Problem to solve. Repeat nothing but the lines below running from the one containing "f 310 326 311" to the one containing "f 314 216 217". Keep both end lines.

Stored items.

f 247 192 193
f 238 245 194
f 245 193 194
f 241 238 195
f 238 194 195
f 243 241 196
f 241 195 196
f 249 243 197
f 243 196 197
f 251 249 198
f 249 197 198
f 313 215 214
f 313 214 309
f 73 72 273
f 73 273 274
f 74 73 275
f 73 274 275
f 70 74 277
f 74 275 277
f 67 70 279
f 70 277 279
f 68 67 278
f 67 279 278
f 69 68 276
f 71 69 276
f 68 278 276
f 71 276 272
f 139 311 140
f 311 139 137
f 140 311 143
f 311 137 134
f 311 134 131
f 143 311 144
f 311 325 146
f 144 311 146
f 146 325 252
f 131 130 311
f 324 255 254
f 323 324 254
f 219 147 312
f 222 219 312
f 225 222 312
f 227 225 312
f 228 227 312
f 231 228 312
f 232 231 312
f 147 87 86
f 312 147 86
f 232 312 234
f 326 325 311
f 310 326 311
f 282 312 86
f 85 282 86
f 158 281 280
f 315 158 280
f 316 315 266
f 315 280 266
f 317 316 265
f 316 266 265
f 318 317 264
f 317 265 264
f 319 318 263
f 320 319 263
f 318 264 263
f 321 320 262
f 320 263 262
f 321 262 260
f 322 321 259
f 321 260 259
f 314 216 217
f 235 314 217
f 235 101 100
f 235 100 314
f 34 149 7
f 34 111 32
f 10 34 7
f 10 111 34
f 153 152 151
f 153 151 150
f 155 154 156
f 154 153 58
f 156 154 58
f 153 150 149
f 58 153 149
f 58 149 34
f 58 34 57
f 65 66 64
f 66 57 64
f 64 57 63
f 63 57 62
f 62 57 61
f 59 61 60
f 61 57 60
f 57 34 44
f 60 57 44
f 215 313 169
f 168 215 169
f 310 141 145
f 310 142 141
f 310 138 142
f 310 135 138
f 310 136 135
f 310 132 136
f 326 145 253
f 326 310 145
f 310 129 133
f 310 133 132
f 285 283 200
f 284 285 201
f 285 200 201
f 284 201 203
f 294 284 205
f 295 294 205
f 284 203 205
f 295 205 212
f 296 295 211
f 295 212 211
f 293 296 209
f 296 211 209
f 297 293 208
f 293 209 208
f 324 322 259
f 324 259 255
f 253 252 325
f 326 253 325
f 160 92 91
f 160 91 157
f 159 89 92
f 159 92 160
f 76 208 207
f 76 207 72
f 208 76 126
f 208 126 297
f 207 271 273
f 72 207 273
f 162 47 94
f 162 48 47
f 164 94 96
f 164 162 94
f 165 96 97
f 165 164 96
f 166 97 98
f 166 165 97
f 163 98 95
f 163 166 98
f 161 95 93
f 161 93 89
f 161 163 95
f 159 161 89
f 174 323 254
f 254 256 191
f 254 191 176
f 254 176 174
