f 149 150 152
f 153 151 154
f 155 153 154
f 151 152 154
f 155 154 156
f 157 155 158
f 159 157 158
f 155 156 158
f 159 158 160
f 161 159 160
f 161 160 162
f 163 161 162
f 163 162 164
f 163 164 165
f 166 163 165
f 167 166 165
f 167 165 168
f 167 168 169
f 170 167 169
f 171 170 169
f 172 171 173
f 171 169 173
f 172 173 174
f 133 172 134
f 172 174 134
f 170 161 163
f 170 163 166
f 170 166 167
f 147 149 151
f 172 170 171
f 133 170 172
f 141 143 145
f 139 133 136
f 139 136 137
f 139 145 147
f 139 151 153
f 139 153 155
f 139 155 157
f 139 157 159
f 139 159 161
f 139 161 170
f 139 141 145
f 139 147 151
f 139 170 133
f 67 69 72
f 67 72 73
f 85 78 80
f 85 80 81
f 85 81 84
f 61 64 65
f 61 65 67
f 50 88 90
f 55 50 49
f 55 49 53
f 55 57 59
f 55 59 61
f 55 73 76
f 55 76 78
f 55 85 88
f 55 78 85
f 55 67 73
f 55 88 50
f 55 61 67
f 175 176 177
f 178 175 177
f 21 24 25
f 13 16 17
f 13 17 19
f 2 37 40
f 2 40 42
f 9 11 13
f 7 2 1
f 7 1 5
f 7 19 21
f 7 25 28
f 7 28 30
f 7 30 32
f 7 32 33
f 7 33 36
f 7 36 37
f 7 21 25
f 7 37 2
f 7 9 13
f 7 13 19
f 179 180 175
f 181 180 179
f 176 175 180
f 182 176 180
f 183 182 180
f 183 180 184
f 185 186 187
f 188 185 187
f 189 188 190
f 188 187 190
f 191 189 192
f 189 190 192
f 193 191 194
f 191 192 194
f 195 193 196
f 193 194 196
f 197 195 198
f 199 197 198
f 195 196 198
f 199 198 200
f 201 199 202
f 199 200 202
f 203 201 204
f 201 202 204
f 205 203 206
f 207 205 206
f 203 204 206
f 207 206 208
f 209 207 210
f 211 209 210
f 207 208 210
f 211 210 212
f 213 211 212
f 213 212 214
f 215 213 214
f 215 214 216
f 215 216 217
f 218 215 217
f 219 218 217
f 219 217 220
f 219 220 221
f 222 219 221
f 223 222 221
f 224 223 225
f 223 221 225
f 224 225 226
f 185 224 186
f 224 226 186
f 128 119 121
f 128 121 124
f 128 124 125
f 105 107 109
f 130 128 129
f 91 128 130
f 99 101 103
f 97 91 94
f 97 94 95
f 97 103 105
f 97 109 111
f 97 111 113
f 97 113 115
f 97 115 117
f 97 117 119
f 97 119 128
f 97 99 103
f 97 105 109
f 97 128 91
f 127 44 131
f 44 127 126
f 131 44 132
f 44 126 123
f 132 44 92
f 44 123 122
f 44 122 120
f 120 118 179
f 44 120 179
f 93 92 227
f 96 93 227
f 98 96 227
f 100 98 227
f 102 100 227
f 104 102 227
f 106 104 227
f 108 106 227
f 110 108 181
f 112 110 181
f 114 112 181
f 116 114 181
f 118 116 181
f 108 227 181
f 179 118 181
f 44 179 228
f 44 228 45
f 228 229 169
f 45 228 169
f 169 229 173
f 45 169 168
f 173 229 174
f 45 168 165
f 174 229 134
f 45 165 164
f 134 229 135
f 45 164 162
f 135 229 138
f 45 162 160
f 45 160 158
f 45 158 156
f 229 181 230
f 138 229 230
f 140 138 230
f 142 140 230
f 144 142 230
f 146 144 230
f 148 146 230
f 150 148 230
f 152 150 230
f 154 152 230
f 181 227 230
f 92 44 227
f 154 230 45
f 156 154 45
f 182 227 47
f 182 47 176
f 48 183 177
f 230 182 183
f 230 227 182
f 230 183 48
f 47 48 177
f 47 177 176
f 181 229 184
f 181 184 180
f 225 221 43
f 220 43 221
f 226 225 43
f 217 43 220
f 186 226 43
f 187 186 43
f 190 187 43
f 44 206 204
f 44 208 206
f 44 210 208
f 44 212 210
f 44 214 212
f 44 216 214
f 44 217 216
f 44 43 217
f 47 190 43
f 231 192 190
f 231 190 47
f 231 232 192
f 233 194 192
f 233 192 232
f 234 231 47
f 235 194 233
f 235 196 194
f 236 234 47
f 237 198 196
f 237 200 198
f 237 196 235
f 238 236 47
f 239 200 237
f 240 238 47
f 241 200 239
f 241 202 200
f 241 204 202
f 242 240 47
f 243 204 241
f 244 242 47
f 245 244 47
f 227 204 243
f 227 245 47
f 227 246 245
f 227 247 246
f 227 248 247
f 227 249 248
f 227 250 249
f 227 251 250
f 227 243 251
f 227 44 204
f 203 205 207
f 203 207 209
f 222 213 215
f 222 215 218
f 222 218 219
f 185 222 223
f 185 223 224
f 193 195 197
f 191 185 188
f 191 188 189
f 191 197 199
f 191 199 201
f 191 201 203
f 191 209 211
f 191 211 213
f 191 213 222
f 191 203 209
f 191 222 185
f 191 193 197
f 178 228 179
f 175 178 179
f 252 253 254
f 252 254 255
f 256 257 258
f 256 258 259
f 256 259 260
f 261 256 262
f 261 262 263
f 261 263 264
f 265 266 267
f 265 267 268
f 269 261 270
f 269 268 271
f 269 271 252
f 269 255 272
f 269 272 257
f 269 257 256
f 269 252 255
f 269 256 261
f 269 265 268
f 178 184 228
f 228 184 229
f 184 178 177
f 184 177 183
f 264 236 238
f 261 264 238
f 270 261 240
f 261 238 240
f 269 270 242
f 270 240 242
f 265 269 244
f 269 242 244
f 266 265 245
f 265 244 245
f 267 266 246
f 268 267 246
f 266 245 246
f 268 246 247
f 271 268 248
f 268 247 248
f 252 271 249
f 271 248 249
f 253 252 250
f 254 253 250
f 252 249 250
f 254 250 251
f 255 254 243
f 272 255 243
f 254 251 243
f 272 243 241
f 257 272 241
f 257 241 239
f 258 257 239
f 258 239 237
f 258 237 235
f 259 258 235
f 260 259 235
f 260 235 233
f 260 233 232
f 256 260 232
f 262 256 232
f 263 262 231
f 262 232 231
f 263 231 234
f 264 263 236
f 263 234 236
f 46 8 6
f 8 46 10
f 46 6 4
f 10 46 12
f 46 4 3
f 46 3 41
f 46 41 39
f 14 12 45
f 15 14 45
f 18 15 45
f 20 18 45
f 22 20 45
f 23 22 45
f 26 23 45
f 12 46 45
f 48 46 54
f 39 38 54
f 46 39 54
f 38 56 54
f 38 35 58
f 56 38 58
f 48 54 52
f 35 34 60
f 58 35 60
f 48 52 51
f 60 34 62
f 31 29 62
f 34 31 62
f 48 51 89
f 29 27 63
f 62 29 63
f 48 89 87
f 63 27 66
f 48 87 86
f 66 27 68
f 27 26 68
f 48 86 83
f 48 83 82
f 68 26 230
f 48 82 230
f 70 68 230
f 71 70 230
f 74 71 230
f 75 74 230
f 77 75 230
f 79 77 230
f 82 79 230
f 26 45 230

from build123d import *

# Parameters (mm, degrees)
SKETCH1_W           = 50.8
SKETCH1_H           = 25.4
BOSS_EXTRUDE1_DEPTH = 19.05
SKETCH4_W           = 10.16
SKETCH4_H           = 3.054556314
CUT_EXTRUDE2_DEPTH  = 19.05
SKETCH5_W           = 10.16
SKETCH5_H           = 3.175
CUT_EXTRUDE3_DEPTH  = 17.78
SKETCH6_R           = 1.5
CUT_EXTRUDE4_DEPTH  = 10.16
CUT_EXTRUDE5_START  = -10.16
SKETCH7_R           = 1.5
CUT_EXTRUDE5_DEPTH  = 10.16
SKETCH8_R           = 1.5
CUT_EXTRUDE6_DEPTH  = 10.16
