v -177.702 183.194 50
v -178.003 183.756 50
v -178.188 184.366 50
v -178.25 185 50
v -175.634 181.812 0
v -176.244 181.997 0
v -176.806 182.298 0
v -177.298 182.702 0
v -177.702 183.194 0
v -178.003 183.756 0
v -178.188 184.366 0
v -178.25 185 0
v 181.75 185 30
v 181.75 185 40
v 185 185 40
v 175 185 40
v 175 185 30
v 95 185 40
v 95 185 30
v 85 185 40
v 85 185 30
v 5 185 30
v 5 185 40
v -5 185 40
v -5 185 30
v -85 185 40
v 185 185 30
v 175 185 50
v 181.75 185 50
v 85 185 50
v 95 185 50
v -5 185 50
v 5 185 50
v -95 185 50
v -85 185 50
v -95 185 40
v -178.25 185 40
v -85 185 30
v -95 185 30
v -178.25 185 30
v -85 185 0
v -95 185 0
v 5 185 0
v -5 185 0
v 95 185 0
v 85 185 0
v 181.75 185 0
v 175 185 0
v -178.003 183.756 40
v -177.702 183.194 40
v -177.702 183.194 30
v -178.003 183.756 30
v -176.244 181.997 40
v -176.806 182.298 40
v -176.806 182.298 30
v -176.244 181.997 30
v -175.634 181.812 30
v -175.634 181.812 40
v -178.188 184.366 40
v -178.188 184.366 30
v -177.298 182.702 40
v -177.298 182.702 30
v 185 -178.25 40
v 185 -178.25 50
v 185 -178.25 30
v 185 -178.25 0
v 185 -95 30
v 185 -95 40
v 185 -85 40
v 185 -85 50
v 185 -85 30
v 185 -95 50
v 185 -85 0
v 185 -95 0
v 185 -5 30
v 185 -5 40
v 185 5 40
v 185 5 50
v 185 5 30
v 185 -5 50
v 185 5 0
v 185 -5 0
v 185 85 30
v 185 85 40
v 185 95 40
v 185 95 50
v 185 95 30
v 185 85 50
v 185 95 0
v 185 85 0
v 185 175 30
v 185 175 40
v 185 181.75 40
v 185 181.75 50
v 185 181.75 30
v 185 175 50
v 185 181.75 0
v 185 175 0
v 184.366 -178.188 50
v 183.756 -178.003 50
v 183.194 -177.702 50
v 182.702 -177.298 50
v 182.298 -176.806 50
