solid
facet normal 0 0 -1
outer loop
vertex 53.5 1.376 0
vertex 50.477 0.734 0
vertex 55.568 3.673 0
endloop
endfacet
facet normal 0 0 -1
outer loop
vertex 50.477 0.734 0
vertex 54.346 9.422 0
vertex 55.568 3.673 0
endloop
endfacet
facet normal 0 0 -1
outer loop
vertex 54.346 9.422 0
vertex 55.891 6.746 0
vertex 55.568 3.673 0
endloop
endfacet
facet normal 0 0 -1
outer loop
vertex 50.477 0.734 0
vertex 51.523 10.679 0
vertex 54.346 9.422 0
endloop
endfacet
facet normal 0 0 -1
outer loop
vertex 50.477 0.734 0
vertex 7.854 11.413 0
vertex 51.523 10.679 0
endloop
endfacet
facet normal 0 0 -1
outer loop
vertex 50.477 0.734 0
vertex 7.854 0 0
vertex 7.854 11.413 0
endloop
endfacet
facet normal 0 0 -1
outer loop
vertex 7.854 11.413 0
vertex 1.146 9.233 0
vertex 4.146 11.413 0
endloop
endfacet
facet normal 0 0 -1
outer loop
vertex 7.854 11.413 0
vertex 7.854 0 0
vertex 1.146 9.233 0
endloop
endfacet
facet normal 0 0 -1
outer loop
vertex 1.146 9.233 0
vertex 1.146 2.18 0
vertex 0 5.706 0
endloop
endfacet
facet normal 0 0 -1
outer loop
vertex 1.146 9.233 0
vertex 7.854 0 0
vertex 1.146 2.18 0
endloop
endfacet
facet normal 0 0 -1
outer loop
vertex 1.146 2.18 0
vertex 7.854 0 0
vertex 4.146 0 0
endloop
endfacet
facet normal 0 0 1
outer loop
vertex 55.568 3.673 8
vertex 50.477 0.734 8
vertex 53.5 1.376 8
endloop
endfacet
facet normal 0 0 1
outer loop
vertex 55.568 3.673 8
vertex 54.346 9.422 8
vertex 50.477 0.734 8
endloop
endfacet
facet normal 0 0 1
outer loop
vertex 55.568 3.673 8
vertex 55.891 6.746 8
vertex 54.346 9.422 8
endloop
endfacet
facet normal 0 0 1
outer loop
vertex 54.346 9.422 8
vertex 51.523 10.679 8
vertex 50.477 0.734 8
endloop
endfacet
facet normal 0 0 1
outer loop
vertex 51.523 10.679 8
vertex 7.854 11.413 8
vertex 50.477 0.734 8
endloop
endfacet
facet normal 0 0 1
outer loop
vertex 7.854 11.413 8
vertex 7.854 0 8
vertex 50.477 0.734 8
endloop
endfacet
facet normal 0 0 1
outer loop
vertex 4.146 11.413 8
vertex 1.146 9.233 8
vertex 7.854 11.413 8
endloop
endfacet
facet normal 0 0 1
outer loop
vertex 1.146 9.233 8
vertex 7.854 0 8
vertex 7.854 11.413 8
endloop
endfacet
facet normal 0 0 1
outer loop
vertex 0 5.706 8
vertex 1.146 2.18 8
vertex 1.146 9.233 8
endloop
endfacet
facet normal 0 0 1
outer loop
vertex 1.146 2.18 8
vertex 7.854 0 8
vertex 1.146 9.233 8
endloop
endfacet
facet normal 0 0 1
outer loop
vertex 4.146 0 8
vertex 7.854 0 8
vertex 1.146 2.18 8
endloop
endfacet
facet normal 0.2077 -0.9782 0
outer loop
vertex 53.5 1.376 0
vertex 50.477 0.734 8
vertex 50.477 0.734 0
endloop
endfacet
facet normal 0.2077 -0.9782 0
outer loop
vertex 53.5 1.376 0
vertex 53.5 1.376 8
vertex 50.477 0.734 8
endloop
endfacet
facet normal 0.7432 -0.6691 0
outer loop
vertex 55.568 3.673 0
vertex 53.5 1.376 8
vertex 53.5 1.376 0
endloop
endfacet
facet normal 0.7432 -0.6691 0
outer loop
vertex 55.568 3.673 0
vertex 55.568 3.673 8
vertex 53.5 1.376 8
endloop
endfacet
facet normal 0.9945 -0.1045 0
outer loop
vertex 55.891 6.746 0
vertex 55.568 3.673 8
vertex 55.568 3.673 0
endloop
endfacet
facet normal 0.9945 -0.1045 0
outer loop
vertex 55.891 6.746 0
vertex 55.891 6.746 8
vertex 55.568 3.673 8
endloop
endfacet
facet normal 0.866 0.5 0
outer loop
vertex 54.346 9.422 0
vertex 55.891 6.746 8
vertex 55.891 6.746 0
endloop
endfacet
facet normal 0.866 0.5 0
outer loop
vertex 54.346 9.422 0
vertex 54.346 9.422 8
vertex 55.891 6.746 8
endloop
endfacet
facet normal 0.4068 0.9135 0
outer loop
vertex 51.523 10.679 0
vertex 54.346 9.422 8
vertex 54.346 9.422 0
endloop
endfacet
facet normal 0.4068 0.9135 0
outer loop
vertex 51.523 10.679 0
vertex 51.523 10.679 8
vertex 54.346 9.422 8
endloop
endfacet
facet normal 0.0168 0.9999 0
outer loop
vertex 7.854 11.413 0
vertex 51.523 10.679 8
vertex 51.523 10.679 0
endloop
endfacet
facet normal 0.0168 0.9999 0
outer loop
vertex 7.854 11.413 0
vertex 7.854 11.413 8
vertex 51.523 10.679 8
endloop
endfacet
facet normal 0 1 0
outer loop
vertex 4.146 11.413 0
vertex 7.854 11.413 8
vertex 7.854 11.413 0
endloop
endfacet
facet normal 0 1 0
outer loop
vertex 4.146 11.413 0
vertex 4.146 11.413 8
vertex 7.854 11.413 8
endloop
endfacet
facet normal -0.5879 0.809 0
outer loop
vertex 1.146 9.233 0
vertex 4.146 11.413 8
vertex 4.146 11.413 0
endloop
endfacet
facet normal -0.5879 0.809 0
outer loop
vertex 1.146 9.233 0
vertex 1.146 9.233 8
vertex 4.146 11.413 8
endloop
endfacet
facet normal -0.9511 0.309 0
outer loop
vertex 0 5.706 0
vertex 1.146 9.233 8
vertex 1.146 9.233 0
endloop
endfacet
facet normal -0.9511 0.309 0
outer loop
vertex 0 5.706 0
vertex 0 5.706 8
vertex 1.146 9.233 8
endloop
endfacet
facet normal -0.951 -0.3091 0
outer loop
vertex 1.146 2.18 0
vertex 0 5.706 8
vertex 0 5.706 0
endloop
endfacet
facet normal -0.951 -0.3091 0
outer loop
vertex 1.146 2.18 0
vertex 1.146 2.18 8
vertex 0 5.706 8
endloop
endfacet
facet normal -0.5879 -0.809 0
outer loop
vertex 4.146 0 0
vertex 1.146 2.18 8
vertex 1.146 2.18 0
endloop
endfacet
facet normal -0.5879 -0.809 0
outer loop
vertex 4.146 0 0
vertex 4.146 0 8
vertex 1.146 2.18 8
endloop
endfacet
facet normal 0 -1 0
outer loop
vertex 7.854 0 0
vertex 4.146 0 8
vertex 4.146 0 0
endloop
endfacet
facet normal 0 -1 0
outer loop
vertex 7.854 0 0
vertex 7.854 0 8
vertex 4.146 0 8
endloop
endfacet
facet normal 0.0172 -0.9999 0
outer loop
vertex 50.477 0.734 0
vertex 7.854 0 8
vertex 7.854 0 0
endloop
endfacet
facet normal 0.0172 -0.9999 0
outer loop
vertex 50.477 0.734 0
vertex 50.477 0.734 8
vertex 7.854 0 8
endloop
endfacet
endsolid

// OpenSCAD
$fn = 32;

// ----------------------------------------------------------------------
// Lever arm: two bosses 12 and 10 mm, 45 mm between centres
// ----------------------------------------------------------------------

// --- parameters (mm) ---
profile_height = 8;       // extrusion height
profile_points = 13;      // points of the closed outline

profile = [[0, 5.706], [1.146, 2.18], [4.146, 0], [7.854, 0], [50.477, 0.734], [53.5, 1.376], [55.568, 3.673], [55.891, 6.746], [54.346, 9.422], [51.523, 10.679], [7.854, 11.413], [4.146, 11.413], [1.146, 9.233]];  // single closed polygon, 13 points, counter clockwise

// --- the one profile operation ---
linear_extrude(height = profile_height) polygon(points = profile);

Finished exercise.
f 310 326 311
f 282 312 86
f 85 282 86
f 158 281 280
f 315 158 280
f 316 315 266
f 315 280 266
f 317 316 265
f 316 266 265
f 318 317 264
f 317 265 264
f 319 318 263
f 320 319 263
f 318 264 263
f 321 320 262
f 320 263 262
f 321 262 260
f 322 321 259
f 321 260 259
f 314 216 217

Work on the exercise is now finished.